5. miRNA in Breast Carcinoma

Numerous miRNAs and signatures of deregulated miRNA were detected in breast cancer [183][184]. Among those, the most investigated are miR125b, miR145, miR21, miR155, and miR205 [54][55][185]. The main targets of deregulated miRNAs are molecules involved in MAP/AKT/STAT3 signaling pathways and those regulating cell proliferation, epithelial–mesenchymal transition, angiogenesis by targeting VEGFA, cell stemness, and resistance to chemotherapy [34][53][56][57][58][59][186].

6. miRNA in Bladder and Renal Carcinoma

In bladder cancer, deregulated miRNAs often include miR34a, miR21, and miR222, and several miRNAs are linked to migration and invasion [69][70][71]. Their targets are β catenin, CDK2, E cadherin, as well as integrin α5, influencing resistance to chemotherapy [67][73][74].
In renal cancer tissues, the main targets of deregulated miRNAs include proteins participating in proliferation, such as those in Akt and Wnt signaling, migration, invasion, and EMT [72][77][78][80][187].

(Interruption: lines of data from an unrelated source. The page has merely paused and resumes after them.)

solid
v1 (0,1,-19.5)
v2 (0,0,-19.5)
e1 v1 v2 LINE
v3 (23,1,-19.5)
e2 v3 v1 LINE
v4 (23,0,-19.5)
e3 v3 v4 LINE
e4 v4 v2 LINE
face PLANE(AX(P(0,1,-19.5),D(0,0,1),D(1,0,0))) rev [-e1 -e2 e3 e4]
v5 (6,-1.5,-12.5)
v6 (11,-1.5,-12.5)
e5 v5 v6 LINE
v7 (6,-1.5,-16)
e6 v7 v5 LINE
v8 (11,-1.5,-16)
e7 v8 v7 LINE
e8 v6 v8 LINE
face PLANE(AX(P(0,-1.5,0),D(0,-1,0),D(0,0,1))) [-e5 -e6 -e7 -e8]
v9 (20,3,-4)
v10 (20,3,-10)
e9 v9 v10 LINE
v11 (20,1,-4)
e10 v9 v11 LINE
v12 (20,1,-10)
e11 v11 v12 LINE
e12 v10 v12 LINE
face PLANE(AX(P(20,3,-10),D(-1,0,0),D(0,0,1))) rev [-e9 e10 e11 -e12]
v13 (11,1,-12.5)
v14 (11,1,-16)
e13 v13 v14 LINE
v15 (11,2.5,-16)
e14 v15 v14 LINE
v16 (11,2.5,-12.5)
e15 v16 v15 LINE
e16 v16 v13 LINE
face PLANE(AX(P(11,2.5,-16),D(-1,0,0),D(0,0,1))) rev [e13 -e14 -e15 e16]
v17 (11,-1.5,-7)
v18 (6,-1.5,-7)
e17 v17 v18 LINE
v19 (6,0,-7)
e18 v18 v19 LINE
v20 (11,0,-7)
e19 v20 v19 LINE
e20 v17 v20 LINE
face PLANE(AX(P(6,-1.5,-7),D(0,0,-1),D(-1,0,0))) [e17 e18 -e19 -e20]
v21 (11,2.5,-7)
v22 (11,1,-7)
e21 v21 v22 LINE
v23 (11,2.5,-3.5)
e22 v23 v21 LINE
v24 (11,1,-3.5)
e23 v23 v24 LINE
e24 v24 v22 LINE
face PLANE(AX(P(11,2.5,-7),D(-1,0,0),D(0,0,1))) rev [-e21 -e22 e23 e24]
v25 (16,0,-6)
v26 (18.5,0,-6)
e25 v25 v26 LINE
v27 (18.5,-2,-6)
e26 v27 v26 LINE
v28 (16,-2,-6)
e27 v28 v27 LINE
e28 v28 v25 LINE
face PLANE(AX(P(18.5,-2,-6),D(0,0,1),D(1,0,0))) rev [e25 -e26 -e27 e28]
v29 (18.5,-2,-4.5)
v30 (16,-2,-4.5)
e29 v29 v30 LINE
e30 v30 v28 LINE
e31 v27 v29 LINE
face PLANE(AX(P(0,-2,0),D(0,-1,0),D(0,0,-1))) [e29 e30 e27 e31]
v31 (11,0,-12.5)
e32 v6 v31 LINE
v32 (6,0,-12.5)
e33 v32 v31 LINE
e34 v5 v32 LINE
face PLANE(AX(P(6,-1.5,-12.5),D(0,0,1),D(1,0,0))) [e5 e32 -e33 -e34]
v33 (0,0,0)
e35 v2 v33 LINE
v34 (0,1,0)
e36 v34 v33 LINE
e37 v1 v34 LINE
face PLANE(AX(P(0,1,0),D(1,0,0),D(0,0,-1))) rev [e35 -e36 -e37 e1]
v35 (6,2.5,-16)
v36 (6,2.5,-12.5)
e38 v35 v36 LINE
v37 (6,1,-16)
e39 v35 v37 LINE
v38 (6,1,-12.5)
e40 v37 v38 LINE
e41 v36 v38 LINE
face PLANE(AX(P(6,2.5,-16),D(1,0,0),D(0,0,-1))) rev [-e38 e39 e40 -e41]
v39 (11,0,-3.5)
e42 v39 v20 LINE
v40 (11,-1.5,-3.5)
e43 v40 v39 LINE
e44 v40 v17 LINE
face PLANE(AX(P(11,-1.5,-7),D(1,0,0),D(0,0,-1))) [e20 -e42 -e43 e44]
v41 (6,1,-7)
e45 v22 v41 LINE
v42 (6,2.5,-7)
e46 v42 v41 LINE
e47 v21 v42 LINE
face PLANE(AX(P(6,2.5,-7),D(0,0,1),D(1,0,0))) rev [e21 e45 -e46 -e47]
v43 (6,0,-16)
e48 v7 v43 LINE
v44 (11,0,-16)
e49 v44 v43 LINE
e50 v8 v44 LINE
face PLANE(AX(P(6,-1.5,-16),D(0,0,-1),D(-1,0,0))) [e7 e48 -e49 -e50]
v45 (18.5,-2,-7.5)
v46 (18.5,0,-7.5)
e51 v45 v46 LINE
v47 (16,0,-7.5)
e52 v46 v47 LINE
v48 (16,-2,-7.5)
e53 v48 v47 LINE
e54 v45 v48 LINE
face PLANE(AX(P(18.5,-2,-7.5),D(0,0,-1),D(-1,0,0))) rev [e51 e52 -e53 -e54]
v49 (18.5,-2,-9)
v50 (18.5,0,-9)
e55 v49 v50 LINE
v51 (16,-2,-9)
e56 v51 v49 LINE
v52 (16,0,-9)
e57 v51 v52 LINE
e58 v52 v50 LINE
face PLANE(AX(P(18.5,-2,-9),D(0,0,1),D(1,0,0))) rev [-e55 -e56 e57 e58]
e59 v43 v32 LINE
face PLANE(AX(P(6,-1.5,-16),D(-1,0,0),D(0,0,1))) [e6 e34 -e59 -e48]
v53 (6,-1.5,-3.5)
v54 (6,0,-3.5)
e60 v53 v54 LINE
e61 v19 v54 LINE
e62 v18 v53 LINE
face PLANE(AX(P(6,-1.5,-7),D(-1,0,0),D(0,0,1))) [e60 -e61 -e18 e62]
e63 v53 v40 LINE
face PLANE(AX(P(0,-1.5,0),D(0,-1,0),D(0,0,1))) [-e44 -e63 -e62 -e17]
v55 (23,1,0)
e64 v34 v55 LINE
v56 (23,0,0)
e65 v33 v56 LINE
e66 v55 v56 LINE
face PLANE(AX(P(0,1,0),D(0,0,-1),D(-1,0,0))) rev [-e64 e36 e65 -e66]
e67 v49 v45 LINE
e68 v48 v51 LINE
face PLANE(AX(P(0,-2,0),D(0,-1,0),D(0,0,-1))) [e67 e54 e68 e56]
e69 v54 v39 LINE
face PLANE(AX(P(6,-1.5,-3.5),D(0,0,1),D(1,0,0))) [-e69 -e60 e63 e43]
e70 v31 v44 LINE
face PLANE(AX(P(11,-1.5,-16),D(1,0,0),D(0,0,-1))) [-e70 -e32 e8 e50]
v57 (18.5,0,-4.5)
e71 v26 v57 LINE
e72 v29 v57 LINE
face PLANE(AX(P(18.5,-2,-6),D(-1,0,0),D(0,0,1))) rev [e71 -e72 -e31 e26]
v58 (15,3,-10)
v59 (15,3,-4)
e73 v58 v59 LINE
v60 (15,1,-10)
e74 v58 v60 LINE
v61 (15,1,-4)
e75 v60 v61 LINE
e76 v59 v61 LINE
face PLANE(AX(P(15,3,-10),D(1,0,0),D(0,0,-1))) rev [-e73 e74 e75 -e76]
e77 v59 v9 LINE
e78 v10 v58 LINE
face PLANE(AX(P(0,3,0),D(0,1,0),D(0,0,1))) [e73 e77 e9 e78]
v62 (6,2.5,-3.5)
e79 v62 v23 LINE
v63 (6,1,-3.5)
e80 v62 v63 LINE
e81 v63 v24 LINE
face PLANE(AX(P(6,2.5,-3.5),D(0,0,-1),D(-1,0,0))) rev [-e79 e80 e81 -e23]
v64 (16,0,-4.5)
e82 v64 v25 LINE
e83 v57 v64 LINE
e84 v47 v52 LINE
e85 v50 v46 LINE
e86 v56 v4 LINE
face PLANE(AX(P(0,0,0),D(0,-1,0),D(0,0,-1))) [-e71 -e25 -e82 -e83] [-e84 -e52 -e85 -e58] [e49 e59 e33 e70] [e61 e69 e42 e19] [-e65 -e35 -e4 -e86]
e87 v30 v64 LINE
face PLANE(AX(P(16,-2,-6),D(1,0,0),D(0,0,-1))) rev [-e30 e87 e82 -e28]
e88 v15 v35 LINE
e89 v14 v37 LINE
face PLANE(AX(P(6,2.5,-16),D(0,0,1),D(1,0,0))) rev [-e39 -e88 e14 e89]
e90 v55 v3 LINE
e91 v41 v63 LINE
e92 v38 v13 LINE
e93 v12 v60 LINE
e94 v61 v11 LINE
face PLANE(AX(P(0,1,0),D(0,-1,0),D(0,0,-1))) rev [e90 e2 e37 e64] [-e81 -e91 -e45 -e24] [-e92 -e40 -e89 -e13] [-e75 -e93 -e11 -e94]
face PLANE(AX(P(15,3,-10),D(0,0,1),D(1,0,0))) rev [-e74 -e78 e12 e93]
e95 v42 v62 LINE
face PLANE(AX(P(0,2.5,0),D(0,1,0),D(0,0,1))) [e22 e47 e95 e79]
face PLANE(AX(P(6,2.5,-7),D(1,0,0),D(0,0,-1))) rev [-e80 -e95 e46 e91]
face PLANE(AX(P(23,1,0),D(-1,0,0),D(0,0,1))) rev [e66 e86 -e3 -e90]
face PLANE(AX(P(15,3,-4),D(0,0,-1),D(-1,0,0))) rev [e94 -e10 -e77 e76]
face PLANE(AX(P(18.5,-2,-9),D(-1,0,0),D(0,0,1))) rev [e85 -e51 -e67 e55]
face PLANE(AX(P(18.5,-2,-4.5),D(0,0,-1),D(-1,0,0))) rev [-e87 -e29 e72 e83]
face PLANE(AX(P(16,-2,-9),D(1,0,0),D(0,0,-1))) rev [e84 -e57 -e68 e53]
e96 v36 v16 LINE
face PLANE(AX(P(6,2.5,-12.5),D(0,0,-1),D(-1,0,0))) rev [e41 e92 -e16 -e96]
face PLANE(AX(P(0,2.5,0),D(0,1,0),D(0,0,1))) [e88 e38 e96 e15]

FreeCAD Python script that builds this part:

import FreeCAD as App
import Part
import Sketcher

doc = App.newDocument("Part")
body = doc.addObject("PartDesign::Body", "Body")

sketch1 = doc.addObject("Sketcher::SketchObject", "Sketch")
body.addObject(sketch1)
sketch1.AttachmentSupport = (doc.XZ_Plane, [""])
sketch1.MapMode = "FlatFace"
sketch1.addGeometry(Part.LineSegment(App.Vector(0, -20, 0), App.Vector(0, 0, 0)), False)
sketch1.addGeometry(Part.LineSegment(App.Vector(0, 0, 0), App.Vector(23, 0, 0)), False)
sketch1.addGeometry(Part.LineSegment(App.Vector(23, 0, 0), App.Vector(23, -20, 0)), False)
sketch1.addGeometry(Part.LineSegment(App.Vector(23, -20, 0), App.Vector(0, -20, 0)), False)
sketch1.addConstraint(Sketcher.Constraint("Coincident", 0, 2, 1, 1))
sketch1.addConstraint(Sketcher.Constraint("Coincident", 1, 2, 2, 1))
sketch1.addConstraint(Sketcher.Constraint("Coincident", 2, 2, 3, 1))
sketch1.addConstraint(Sketcher.Constraint("Coincident", 3, 2, 0, 1))
sketch1.addConstraint(Sketcher.Constraint("Vertical", 0))
sketch1.addConstraint(Sketcher.Constraint("Horizontal", 1))
sketch1.addConstraint(Sketcher.Constraint("Vertical", 2))
sketch1.addConstraint(Sketcher.Constraint("Horizontal", 3))
sketch1.addConstraint(Sketcher.Constraint("Coincident", 0, 2, -1, 1))
sketch1.addConstraint(Sketcher.Constraint("DistanceX", 1, 1, 1, 2, 23.0))
sketch1.addConstraint(Sketcher.Constraint("DistanceY", 0, 1, 0, 2, 19.5))
pad1 = doc.addObject("PartDesign::Pad", "Pad")
body.addObject(pad1)
pad1.Profile = sketch1
pad1.Length = 1
pad1.Reversed = True

sketch2 = doc.addObject("Sketcher::SketchObject", "Sketch001")
body.addObject(sketch2)
sketch2.AttachmentSupport = (doc.XZ_Plane, [""])
sketch2.MapMode = "FlatFace"
sketch2.AttachmentOffset = App.Placement(App.Vector(0, 0, -1), App.Rotation())
sketch2.addGeometry(Part.LineSegment(App.Vector(15, -10, 0), App.Vector(15, -4, 0)), False)
sketch2.addGeometry(Part.LineSegment(App.Vector(15, -4, 0), App.Vector(20, -4, 0)), False)
sketch2.addGeometry(Part.LineSegment(App.Vector(20, -4, 0), App.Vector(20, -10, 0)), False)
sketch2.addGeometry(Part.LineSegment(App.Vector(20, -10, 0), App.Vector(15, -10, 0)), False)
sketch2.addConstraint(Sketcher.Constraint("Coincident", 0, 2, 1, 1))
sketch2.addConstraint(Sketcher.Constraint("Coincident", 1, 2, 2, 1))
sketch2.addConstraint(Sketcher.Constraint("Coincident", 2, 2, 3, 1))
sketch2.addConstraint(Sketcher.Constraint("Coincident", 3, 2, 0, 1))
sketch2.addConstraint(Sketcher.Constraint("Vertical", 0))
sketch2.addConstraint(Sketcher.Constraint("Horizontal", 1))
sketch2.addConstraint(Sketcher.Constraint("Vertical", 2))
sketch2.addConstraint(Sketcher.Constraint("Horizontal", 3))
sketch2.addConstraint(Sketcher.Constraint("DistanceX", 1, 1, 1, 2, 5.0))
sketch2.addConstraint(Sketcher.Constraint("DistanceY", 0, 1, 0, 2, 6.0))
sketch2.addConstraint(Sketcher.Constraint("DistanceX", -1, 1, 0, 2, 15.0))
sketch2.addConstraint(Sketcher.Constraint("DistanceY", 0, 2, -1, 1, 4.0))
pad2 = doc.addObject("PartDesign::Pad", "Pad001")
body.addObject(pad2)
pad2.Profile = sketch2
pad2.Length = 2
pad2.Reversed = True

sketch3 = doc.addObject("Sketcher::SketchObject", "Sketch002")
body.addObject(sketch3)
sketch3.AttachmentSupport = (doc.XZ_Plane, [""])
sketch3.MapMode = "FlatFace"
sketch3.AttachmentOffset = App.Placement(App.Vector(0, 0, -1), App.Rotation())
sketch3.addGeometry(Part.LineSegment(App.Vector(6, -16, 0), App.Vector(6, -12.5, 0)), False)
sketch3.addGeometry(Part.LineSegment(App.Vector(6, -12.5, 0), App.Vector(11, -12.5, 0)), False)
sketch3.addGeometry(Part.LineSegment(App.Vector(11, -12.5, 0), App.Vector(11, -16, 0)), False)
sketch3.addGeometry(Part.LineSegment(App.Vector(11, -16, 0), App.Vector(6, -16, 0)), False)
sketch3.addGeometry(Part.LineSegment(App.Vector(6, -7, 0), App.Vector(6, -3.5, 0)), False)
sketch3.addGeometry(Part.LineSegment(App.Vector(6, -3.5, 0), App.Vector(11, -3.5, 0)), False)
sketch3.addGeometry(Part.LineSegment(App.Vector(11, -3.5, 0), App.Vector(11, -7, 0)), False)
sketch3.addGeometry(Part.LineSegment(App.Vector(11, -7, 0), App.Vector(6, -7, 0)), False)
sketch3.addConstraint(Sketcher.Constraint("Coincident", 0, 2, 1, 1))
sketch3.addConstraint(Sketcher.Constraint("Coincident", 1, 2, 2, 1))
sketch3.addConstraint(Sketcher.Constraint("Coincident", 2, 2, 3, 1))
sketch3.addConstraint(Sketcher.Constraint("Coincident", 3, 2, 0, 1))
sketch3.addConstraint(Sketcher.Constraint("Coincident", 4, 2, 5, 1))
sketch3.addConstraint(Sketcher.Constraint("Coincident", 5, 2, 6, 1))
sketch3.addConstraint(Sketcher.Constraint("Coincident", 6, 2, 7, 1))
sketch3.addConstraint(Sketcher.Constraint("Coincident", 7, 2, 4, 1))
sketch3.addConstraint(Sketcher.Constraint("Vertical", 0))
sketch3.addConstraint(Sketcher.Constraint("Horizontal", 1))
sketch3.addConstraint(Sketcher.Constraint("Vertical", 2))
sketch3.addConstraint(Sketcher.Constraint("Horizontal", 3))
sketch3.addConstraint(Sketcher.Constraint("Vertical", 4))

7. miRNA in Colon, Hepatocellular and Gastric Carcinoma

In colon cancer, deregulated miRNAs, including miR200c, miR145, miR181, miR101, and miR21, mainly interfere with cell proliferation and migration, apoptosis, Wnt/β-catenin, and MAPK pathways [81][83][84][87][88]. In this entity, specific sets of miRNAs with prognostic and diagnostic potential were detected [188].
The most significant miRNAs involved in signaling circuits in hepatocellular carcinoma are those regulating the PI3K/Akt pathway, cell proliferation, apoptosis, invasion, EMT, and glucose metabolism [90][92][93][94][95]. They mainly act as tumor suppressors [99][189][190].
In gastric carcinoma, miRNAs also regulate cell proliferation and migration by targeting PTEN and EGFR, as well as MAPK pathways, and EZH2, which participates in chromatin remodeling [99][100][102]. Numerous miRNAs in this disease are related to resistance to apoptosis through the regulation of Bcl2 or other members of its family, angiogenesis, and resistance to chemotherapy [105][106][107][191].
In pancreatic cancer, miRNAs regulate EMT through TGFβ signaling, as well as processes of invasion and the inhibition of apoptosis [108][109].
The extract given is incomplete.